Before presenting my problem, I share the link where you can download the document I work with:
https://drive.google.com/file/d/178s_tfbqbXmnxsknxF8DP154_N1DYjgf/view
Here is the code I am using: (Don't forget to create your own route before running it)
library(rJava)
library(tm)
library(qdap)
library(tidyverse)
library(pdftools)
library(stringr)
library(tidytext)
library(stringi)
library(wordcloud)
stop_es <- c(stopwords("es")) #Vector de palabras "innecesarias"
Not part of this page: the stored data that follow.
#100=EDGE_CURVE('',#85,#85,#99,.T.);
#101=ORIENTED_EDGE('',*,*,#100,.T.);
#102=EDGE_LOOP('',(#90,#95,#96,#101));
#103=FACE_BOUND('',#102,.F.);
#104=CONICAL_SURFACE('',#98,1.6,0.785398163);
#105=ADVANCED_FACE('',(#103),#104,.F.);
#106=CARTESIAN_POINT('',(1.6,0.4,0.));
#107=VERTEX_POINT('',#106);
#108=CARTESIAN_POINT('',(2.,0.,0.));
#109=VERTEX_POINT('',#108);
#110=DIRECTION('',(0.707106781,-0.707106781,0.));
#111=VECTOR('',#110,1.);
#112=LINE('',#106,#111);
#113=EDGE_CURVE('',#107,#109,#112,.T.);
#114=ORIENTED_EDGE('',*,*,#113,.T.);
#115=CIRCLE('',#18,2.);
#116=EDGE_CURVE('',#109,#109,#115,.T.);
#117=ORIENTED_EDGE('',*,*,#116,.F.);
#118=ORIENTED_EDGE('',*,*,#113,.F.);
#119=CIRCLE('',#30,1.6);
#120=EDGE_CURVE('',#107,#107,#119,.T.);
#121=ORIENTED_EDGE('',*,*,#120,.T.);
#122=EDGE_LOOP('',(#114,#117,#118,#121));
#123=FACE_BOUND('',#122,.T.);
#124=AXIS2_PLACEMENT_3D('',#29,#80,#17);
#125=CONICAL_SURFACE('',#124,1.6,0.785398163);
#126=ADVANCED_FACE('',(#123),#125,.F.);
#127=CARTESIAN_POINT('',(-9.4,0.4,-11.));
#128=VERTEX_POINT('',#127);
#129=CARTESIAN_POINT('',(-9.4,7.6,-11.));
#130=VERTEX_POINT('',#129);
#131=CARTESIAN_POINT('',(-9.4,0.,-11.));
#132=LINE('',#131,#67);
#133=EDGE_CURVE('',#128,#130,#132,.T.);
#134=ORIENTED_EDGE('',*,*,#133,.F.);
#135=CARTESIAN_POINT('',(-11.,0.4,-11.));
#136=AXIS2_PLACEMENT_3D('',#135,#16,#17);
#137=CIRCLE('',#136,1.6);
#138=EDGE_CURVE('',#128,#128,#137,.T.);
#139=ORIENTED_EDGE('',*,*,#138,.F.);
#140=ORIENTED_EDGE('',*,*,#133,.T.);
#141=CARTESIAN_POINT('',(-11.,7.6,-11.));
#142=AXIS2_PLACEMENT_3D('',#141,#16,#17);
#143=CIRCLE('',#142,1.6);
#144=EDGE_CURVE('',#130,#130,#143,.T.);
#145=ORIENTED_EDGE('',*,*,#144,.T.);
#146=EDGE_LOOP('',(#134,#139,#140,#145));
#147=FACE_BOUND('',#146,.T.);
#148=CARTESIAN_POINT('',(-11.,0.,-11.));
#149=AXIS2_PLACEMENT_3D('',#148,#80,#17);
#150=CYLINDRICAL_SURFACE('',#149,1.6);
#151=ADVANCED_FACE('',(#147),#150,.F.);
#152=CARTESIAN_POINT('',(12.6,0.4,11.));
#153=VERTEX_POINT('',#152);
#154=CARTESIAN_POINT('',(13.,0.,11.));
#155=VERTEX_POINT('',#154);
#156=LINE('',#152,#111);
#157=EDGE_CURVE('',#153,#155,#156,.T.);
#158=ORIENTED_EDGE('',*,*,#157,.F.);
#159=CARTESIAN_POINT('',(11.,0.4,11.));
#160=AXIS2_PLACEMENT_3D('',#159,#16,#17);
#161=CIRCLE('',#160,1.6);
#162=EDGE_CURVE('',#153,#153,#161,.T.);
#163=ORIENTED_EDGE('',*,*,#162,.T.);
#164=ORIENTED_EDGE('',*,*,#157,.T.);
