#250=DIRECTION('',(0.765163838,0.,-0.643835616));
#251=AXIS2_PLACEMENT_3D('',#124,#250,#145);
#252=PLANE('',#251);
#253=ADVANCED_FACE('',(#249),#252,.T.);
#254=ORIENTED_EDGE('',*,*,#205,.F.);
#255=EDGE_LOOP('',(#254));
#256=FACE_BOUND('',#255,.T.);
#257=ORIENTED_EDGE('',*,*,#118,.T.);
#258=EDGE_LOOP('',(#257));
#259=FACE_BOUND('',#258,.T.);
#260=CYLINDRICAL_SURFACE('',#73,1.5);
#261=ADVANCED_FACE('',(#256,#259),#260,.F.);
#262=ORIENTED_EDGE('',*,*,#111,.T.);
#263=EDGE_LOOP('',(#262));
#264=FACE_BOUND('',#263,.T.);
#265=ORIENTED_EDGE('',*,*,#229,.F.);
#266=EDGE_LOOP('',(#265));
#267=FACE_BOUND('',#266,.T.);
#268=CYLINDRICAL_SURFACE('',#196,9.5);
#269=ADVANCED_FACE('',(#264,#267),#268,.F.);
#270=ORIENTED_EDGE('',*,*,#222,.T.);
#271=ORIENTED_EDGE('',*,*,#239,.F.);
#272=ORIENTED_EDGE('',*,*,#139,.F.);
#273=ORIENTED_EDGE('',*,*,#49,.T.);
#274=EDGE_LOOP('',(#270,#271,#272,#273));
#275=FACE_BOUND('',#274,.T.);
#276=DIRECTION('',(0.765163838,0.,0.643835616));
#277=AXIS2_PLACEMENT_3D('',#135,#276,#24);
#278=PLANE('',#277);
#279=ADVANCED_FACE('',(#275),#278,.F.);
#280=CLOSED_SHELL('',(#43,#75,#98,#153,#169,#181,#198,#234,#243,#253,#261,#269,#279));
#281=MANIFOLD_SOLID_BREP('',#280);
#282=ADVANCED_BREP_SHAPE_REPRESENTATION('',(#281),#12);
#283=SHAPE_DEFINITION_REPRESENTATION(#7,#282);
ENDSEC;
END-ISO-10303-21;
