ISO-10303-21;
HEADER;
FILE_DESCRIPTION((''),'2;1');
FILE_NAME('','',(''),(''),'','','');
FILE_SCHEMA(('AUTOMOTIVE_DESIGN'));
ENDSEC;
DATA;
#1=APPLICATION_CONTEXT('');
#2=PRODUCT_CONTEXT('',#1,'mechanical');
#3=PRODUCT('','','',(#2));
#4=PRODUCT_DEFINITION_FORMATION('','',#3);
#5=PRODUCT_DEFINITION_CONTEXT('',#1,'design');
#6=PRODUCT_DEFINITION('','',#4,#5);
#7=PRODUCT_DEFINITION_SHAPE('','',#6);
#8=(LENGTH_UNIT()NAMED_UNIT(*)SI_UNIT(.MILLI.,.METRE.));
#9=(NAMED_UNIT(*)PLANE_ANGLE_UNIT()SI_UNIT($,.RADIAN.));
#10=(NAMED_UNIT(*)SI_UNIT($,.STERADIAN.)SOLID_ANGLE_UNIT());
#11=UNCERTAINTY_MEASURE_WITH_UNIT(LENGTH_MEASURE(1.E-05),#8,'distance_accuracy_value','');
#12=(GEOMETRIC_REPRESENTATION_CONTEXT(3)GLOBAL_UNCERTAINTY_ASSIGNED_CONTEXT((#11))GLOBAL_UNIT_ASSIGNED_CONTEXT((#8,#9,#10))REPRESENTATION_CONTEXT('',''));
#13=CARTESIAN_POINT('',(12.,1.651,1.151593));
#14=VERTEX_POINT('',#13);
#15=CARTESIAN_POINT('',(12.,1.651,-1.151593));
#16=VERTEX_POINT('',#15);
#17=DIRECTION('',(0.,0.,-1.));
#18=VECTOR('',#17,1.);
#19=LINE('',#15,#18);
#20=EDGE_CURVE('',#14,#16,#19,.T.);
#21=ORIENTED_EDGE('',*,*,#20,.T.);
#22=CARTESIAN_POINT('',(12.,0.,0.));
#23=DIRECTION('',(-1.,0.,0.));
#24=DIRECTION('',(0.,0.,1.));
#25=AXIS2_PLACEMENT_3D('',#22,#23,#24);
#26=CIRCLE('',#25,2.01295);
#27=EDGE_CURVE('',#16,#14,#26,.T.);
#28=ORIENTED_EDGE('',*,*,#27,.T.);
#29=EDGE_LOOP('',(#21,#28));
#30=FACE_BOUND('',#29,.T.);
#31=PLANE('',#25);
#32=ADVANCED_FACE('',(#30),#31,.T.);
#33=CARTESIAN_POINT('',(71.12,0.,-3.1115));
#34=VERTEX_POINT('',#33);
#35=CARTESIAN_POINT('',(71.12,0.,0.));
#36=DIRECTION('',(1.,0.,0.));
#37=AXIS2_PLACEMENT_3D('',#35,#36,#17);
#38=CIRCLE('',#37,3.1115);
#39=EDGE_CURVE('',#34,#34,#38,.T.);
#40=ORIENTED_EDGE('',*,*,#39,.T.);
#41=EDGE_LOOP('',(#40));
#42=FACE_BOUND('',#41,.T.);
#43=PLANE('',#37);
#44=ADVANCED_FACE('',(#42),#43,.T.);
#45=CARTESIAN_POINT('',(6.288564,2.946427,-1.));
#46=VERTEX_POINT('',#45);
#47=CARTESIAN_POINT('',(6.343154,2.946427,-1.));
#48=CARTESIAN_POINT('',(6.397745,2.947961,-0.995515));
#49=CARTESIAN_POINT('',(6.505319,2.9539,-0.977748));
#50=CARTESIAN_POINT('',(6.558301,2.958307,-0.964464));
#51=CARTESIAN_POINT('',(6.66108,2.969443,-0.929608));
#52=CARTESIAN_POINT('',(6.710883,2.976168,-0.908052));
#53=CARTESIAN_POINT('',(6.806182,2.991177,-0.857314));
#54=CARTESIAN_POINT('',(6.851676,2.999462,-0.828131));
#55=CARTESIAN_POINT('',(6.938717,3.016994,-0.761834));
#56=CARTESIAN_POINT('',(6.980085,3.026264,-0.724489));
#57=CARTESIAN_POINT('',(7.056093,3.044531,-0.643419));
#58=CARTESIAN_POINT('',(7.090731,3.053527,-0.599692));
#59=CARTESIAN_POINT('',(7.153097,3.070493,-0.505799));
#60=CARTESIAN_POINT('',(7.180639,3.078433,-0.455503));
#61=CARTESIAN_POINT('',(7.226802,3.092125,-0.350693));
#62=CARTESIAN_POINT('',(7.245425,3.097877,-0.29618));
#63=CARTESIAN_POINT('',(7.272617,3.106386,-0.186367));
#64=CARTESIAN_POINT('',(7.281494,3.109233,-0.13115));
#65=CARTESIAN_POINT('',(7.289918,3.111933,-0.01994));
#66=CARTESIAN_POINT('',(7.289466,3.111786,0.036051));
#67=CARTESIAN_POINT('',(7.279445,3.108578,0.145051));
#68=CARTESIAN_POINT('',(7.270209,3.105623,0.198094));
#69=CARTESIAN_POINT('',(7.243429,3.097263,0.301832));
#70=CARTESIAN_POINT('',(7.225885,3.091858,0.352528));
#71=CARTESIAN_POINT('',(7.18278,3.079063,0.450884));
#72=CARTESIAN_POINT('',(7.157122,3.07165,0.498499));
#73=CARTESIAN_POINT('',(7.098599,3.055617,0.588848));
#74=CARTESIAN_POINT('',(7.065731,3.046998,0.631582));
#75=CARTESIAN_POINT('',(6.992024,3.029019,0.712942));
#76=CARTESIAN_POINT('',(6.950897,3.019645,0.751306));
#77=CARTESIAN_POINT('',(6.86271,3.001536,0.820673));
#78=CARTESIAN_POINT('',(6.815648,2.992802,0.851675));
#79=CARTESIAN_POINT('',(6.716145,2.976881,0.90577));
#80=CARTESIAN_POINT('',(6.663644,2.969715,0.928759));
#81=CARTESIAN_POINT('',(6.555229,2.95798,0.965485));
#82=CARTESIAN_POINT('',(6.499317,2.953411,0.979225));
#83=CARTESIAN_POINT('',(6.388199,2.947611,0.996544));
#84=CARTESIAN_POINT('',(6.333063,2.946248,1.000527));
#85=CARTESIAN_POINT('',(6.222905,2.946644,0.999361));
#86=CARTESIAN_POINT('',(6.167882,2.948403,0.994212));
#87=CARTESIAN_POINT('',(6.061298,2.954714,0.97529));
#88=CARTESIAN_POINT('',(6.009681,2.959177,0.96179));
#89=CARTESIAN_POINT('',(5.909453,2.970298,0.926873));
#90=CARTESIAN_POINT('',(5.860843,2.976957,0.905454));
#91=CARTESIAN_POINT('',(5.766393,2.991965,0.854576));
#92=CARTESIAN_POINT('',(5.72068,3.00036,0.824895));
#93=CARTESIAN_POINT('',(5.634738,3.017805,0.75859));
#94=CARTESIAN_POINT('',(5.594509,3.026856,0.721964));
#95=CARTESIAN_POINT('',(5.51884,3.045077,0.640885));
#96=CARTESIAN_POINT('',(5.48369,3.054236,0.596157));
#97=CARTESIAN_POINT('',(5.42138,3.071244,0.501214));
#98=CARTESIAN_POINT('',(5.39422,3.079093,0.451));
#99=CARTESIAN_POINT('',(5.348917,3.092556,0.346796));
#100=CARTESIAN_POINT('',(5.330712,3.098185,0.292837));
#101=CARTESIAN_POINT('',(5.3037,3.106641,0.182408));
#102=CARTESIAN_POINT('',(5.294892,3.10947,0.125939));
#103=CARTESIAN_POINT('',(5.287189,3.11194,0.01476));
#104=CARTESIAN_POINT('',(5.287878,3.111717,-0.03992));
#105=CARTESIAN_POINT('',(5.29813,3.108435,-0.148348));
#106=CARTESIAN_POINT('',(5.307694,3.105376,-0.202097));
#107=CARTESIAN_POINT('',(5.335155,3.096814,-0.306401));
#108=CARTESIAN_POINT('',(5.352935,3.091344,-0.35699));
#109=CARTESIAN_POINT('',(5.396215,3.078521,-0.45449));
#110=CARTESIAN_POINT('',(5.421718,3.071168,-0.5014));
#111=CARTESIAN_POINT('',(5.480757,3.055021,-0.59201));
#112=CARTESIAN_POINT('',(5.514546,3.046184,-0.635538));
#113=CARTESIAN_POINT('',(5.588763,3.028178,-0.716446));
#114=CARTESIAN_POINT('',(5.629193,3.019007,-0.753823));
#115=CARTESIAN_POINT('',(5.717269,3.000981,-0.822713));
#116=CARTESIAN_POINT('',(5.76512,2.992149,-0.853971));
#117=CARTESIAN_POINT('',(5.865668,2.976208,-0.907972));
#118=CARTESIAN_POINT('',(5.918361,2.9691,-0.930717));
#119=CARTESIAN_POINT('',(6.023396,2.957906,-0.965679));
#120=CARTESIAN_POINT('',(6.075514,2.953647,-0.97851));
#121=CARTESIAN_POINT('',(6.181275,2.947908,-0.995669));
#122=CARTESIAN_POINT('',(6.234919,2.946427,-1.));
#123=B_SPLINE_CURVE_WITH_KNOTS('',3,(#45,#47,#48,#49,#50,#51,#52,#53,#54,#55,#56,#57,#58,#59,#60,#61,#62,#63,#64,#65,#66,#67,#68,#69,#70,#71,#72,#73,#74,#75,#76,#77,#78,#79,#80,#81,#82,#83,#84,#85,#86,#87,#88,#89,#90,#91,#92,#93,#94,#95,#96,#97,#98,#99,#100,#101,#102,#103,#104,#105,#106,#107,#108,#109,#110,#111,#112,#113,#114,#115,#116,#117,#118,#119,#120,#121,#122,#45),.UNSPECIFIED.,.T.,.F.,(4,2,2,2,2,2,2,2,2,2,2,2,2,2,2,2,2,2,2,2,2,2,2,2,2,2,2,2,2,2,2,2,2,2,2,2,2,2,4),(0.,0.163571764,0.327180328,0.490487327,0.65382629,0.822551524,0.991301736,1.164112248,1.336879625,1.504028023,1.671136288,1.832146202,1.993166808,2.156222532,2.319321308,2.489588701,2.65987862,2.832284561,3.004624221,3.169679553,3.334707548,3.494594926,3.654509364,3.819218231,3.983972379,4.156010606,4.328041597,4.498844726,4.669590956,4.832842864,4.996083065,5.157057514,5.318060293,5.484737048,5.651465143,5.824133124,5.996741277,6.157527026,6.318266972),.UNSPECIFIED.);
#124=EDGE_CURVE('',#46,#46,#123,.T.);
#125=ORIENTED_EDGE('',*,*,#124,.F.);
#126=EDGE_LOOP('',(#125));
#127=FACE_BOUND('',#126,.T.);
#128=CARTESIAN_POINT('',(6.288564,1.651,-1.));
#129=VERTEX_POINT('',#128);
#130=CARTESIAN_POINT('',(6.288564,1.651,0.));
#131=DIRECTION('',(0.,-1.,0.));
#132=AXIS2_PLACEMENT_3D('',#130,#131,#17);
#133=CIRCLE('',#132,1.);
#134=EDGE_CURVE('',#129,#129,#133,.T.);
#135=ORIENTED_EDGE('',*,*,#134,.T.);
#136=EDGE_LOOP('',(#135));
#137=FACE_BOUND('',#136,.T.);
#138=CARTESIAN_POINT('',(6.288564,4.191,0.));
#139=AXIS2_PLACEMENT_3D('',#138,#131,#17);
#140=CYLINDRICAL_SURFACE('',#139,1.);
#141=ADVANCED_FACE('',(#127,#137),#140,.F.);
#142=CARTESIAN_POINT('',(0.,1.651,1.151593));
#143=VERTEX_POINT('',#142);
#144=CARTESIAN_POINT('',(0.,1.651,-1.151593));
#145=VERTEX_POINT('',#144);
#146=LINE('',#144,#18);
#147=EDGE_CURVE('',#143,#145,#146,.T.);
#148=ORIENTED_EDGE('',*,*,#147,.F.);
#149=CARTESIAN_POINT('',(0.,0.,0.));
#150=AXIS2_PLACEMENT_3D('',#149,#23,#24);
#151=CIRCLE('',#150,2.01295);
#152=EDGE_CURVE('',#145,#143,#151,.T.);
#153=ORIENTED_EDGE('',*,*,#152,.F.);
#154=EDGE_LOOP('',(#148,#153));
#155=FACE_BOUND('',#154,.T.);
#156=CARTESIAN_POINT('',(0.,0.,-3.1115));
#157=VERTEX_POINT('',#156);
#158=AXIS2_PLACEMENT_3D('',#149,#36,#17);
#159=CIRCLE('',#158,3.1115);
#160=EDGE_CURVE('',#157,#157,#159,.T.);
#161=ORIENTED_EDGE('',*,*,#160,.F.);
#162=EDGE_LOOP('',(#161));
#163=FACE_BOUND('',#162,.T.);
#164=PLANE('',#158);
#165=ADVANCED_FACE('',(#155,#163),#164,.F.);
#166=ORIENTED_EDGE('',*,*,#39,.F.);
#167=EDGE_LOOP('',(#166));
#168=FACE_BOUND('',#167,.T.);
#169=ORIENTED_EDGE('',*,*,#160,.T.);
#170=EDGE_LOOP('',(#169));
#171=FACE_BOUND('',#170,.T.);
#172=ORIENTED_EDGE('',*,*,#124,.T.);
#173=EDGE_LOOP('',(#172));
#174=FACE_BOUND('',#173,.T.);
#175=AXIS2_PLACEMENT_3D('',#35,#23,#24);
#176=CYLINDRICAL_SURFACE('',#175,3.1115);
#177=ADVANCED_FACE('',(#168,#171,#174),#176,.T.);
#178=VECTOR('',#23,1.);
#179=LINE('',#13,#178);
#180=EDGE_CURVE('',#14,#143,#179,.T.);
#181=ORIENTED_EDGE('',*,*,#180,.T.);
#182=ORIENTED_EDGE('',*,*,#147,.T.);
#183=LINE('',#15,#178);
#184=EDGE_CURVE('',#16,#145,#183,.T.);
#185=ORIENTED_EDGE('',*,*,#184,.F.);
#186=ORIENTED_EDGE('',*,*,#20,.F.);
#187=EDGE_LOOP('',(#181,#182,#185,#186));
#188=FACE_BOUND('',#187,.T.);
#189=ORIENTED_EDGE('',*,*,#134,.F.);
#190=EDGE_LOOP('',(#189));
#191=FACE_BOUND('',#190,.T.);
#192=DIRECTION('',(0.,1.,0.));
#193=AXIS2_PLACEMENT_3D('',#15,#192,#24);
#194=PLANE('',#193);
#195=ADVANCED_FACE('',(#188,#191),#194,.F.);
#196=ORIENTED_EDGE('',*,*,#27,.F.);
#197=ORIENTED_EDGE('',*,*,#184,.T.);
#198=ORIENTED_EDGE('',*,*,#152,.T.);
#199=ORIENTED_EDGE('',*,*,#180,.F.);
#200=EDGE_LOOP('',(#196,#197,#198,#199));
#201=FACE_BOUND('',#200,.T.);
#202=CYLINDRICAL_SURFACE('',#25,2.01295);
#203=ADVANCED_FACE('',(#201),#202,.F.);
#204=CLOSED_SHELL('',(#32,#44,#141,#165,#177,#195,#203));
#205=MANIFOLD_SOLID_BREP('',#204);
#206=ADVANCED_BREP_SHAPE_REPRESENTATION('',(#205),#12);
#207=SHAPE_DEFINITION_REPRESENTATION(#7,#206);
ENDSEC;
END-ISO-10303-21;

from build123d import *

# Parameters (mm, degrees)
SKETCH1_R           = 3.1115
BOSS_EXTRUDE1_DEPTH = 71.12
CUT_EXTRUDE1_DEPTH  = 12
SKETCH3_R           = 1
CUT_EXTRUDE2_DEPTH  = 2.54


with BuildPart() as part:
    # Sketch1 → Boss-Extrude1 (new body)
    with BuildSketch(Plane(origin=(0, 0, 0), x_dir=(0, 0, -1), z_dir=(1, 0, 0))):
        Circle(SKETCH1_R)
    extrude(amount=BOSS_EXTRUDE1_DEPTH)

    # Sketch2 → Cut-Extrude1 (cut)
    with BuildSketch(Plane.ZY):
        with BuildLine():
            Line((-1.151593115, 1.651), (1.151593115, 1.651))
            ThreePointArc((1.151593115, 1.651), (0, -2.01295), (-1.151593115, 1.651))
        make_face()
    extrude(amount=-CUT_EXTRUDE1_DEPTH, mode=Mode.SUBTRACT)

    # Sketch3 → Cut-Extrude2 (cut)
    with BuildSketch(Plane.XZ.offset(-1.651)):
        with Locations((6.288563634, 0)):
            Circle(SKETCH3_R)
    extrude(amount=-CUT_EXTRUDE2_DEPTH, mode=Mode.SUBTRACT)


solid = part.part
cce <- pdf_text("ruta_del_archivo") #Para leer el archivo
corpus <- Corpus(VectorSource(cce)) #Crear corpus
#Limpieza y preprocesamiento
CCE <- tm_map(corpus, tolower) %>%
tm_map(stripWhitespace) %>%
tm_map(removePunctuation) %>%
tm_map (removeWords, stop_es) %>%
stri_trans_general("Latin-ASCII") #Con esto removemos acentos en español
##Crear nuevamente el corpus. Por alguna razón que no entiendo, stri_trans_general crea un archivo que no puede leerse si no se transforma nuevamente en corpus
CCEGTO <- Corpus(VectorSource(CCE))
After the previous steps, we proceed to create the table of most frequent terms
ft <- freq_terms(CCEGTO, 50, stopwords=stop_es)
ft
The output shows words that seem to be incomplete or don't make sense: (I removed some to focus my attention on the problem)
WORD FREQ
2 ca 105 ##¿?
3 guanajuato 94
5 vo 86
6 ufb 75 ##¿¿??
9 va 69
10 propuestas 68
11 nivel 64
12 par 58 #Esto podría ser la raíz de "parte", "participacion" o alguna por el estilo
27 ins 42 #Esto podría ser para "instituto", "institucion" o algo parecido
28 n 42 #Una sola letra como término frecuente... ¿?
30 vos 41
33 numero 40
34 vas 40
35 l 39
38 d 37
39 s 37
42 poli 35 #Esta podría ser para "policia", "politica", "politicas"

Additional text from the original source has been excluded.